Another Look at Performance Enhancement

Here’s a question for us. Why is it that we come down so hard on professional athletes in regard to their usage of performance enhancement substances? For as things are hardly a day does go by without an accusation of drug use being leveled at some well known performer, be it  among the participants in the recent Tour de France, in the New York Yankee establishment, the MLB (that’s baseball), the NFL, the NBA, and the other professional sports organizations, although for some reason I encounter accusations leveled at NBA players much less often (why is that?).

Armstrong
Again the question, why doesn’t this performance regulation happen anywhere else to the same degree? Isn’t it well known, and accepted that professional artists and musicians carry out their work, do their performances under one or more artificial stimulants? For example haven’t many professional musicians died of drug overdoses, close to or even during their performances? And haven’t drugs contributed to the most successful performances of professional rock stars with their thousands of paying listeners?

images
Now there is a difference here that needs to be recognized. As far as I know, unlike in the world of professional athletics, there are no regulatory organizations overseeing the drug usage of the performers in these other fields —only the one that we are all subject to, the law, and its first upholders, the police.

Otherwise actors, musicians, artists, circus performers, even preachers, bankers, and teachers, in short, all of us, are free to make our own personal choices of what enhancing and perhaps addictive substances we choose to indulge, imbibe or inject.

So to say it once again, the difference between professional athletics and almost every other activity, is the presence in the one and the absence in the other, of a regulatory organization. Is this the way it should be?

And if you think it should be so, why? Is what athletes do so somehow special and different from what most of us do? Perhaps you would say that their activity, the one being enhanced, is clearly physical and therefore subject to special regulation? But that’s not so, think of day laborers and circus performers, wouldn’t they make themselves much more valuable to their employers by being on a regime of steroids? And don’t you think they’re probably doing it? And aren’t people also paying to employ and/or to watch them?

What would happen if professional athletes, like the rest of us, were subject to just the one law of the land, and also like the rest of us, free to make their own personal choices of what enhancing and perhaps addictive substances they chose to indulge? Would that be so wrong? Would that take away from the delight of the superb performance, knowing that steroids had had a role to play? Perhaps not if everyone had been free to use steroids in whatever manner he or she might choose.

Sure that kind of freedom would make professional athletes even more different from the rest of us than they are now.
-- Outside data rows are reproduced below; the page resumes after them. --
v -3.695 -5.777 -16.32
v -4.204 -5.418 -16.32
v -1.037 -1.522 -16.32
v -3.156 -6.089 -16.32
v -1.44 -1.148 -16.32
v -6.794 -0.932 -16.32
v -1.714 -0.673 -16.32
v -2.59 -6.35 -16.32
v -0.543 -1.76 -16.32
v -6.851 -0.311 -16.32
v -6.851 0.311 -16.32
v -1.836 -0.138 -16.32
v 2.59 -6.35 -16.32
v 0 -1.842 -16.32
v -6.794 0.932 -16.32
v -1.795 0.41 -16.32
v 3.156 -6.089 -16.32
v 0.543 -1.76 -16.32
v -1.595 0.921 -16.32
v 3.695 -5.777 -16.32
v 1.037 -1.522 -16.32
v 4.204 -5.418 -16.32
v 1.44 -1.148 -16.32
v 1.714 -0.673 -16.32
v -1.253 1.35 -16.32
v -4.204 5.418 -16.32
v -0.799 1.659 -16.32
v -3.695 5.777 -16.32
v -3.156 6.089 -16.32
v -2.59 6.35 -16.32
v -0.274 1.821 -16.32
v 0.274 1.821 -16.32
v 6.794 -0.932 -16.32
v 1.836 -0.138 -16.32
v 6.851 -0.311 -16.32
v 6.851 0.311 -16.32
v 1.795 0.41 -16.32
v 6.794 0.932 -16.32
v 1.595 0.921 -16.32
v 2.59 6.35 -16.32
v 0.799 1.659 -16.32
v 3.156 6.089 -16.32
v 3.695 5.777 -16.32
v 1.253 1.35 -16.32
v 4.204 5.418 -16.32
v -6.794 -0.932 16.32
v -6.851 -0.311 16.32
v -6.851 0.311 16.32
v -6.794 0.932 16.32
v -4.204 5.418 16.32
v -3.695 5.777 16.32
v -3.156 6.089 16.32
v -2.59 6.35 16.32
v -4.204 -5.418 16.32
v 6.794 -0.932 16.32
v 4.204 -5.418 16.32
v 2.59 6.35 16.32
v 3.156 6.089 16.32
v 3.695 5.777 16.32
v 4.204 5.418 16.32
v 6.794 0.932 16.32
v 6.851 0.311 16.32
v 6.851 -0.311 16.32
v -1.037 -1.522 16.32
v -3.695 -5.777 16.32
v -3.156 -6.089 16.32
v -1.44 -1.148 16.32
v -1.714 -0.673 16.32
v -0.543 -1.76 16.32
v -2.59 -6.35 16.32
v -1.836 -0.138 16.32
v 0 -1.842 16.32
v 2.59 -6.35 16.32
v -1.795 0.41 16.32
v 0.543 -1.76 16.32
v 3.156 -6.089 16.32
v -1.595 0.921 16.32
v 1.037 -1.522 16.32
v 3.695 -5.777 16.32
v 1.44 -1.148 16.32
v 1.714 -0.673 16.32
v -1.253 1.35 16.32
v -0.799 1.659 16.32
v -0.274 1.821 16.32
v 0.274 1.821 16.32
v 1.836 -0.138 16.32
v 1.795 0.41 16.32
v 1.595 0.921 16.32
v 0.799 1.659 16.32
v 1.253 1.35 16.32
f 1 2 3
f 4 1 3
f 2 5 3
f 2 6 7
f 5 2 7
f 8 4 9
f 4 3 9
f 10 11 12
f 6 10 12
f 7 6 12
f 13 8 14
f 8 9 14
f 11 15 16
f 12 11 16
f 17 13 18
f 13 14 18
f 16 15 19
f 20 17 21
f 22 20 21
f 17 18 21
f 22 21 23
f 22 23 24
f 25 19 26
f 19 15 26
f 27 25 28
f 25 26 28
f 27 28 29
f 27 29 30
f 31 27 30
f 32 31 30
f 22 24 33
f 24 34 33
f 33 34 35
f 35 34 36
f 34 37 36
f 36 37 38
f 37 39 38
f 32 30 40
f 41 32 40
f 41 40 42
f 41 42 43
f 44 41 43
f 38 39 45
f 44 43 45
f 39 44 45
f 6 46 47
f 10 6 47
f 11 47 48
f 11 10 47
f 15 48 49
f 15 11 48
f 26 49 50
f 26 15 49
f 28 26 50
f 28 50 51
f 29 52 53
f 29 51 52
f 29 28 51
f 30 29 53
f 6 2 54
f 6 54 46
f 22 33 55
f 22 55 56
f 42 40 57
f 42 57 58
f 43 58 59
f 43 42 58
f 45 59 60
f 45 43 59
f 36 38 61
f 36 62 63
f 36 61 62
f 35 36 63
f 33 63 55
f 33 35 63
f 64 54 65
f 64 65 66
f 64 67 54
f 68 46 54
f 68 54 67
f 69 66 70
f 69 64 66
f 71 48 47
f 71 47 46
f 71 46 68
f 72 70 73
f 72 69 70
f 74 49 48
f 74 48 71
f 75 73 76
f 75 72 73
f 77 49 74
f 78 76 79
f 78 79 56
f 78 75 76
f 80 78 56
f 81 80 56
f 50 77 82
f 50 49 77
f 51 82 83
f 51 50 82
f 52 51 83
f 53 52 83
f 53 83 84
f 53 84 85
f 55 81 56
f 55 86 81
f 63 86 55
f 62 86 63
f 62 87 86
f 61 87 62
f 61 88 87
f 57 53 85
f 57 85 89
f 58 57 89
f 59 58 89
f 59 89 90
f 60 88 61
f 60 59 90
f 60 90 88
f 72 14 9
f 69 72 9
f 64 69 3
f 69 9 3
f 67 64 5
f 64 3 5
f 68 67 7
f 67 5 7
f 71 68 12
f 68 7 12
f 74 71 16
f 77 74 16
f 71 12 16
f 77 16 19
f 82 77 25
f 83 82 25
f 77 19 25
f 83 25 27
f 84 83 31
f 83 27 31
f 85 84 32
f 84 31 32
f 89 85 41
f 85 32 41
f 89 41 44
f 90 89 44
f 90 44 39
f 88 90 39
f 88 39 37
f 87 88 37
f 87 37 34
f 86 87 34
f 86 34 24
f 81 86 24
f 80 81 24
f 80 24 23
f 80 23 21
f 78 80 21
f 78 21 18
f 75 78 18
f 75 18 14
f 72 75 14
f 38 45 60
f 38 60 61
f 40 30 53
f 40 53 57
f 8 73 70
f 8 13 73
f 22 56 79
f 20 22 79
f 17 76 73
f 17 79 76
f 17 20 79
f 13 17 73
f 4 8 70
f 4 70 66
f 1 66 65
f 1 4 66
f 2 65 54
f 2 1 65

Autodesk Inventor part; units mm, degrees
ref_plane "YZ Plane" through (0, 0, 0) normal (1, 0, 0) x (0, 1, 0)
ref_plane "XZ Plane" through (0, 0, 0) normal (0, 1, 0) x (-1, 0, 0)
ref_plane "XY Plane" through (0, 0, 0) normal (0, 0, 1) x (1, 0, 0)
sketch "Sketch1" plane through (0, 0, 0) normal (0, 0, 1) x (1, 0, 0)
  line L0 (-3.6662, 6.35) -> (3.6662, 6.35)
  line L1 (3.6662, 6.35) -> (7.3323, 0)
  line L2 (7.3323, 0) -> (3.6662, -6.35)
  line L3 (3.6662, -6.35) -> (-3.6662, -6.35)
  line L4 (-3.6662, -6.35) -> (-7.3323, 0)
  line L5 (-7.3323, 0) -> (-3.6662, 6.35)
  circle A0 centre (0, 0) radius 6.858
  point P0 (2.5903, -6.35)
  point P1 (4.2041, -5.4183)
  point P2 (6.7944, -0.9317)
  point P3 (6.7944, 0.9317)
  point P4 (4.2041, 5.4183)
  point P5 (2.5903, 6.35)
  point P6 (-2.5903, 6.35)
  point P7 (-4.2041, 5.4183)
  point P8 (-6.7944, 0.9317)
  point P9 (-6.7944, -0.9317)
  point P10 (-4.2041, -5.4183)
  point P11 (-2.5903, -6.35)
  dimension "d0" = 12.7
  dimension "d1" = 13.716
extrude "Extrusion1" add sketch "Sketch1" along normal mid plane 32.639 contours L0 A0 L1 L2 L3 L4 L5
sketch "Sketch2" plane through (0, 0, 16.3195) normal (0, 0, 1) x (1, 0, 0)
  point P0 (0, 0)
hole "Hole1" at (0, 0, 16.3195) direction (0, 0, -1) diameter 3.683 end through all thread size "10-24 UNC" class "2B" standard "ANSI Unified Screw Threads"
mirror "Mirror1" about plane through (0, 0, 0) normal (0, 0, 1) of "Hole1"
properties part number "PINION_SHAFT_INTAKE" material "Aluminum, 7075-T6"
Probably more like circus performers and professional wrestlers. But look closely at the members, say, of an NFL or NBA team. In regard to their physical characteristics aren’t they already totally different from most of us?

And this situation came about, probably not from drug use, but most probably from an artificial (as opposed to natural) selection of physical characteristics over time. In basketball such characteristics as floor speed, height, and jumping ability were selected again and again, until eventually these characteristics became essential if one would even play the game. With drug usage to enhance these characteristics and others of similar importance to the game would the resulting situation be so much different?

The truth is that we are, like every other form of life on the earth, an evolving species. And by what we do we are helping, not slowing evolution. Probably speeding it up. We’ll never be the same again. Now it’s probably true that many don’t like that, don’t like the fact of change, for we are changing every instant that we are alive. Many, too many don’t like to think that past ages, so-called golden ages, are no more, and would try to bring them back (these past ages, of course, never were).

There perhaps was a past age of Olympic glory (although I don’t believe it), when the young men (and women?) great of heart and great of soul, would turn their attention to running the race, just for that moment, and give absolutely all that they had. Well our sporting events are no longer like that (and to say it again probably never were). Now it’s a business, and as a business constantly trying to sell itself, —the Tour de France, for example, constantly trying to display its pure, amateur face, and hence its loud pursuit of its riders suspected of being on drugs.

As I write this I find that I may be treading on libertarian ground, ground that the libertarians have probably already well covered. Without knowing I think the libertarian would probably say, as I seem to be saying, let the athletes be free to choose whatever they might want to do to their own bodies to help them win the race or contest.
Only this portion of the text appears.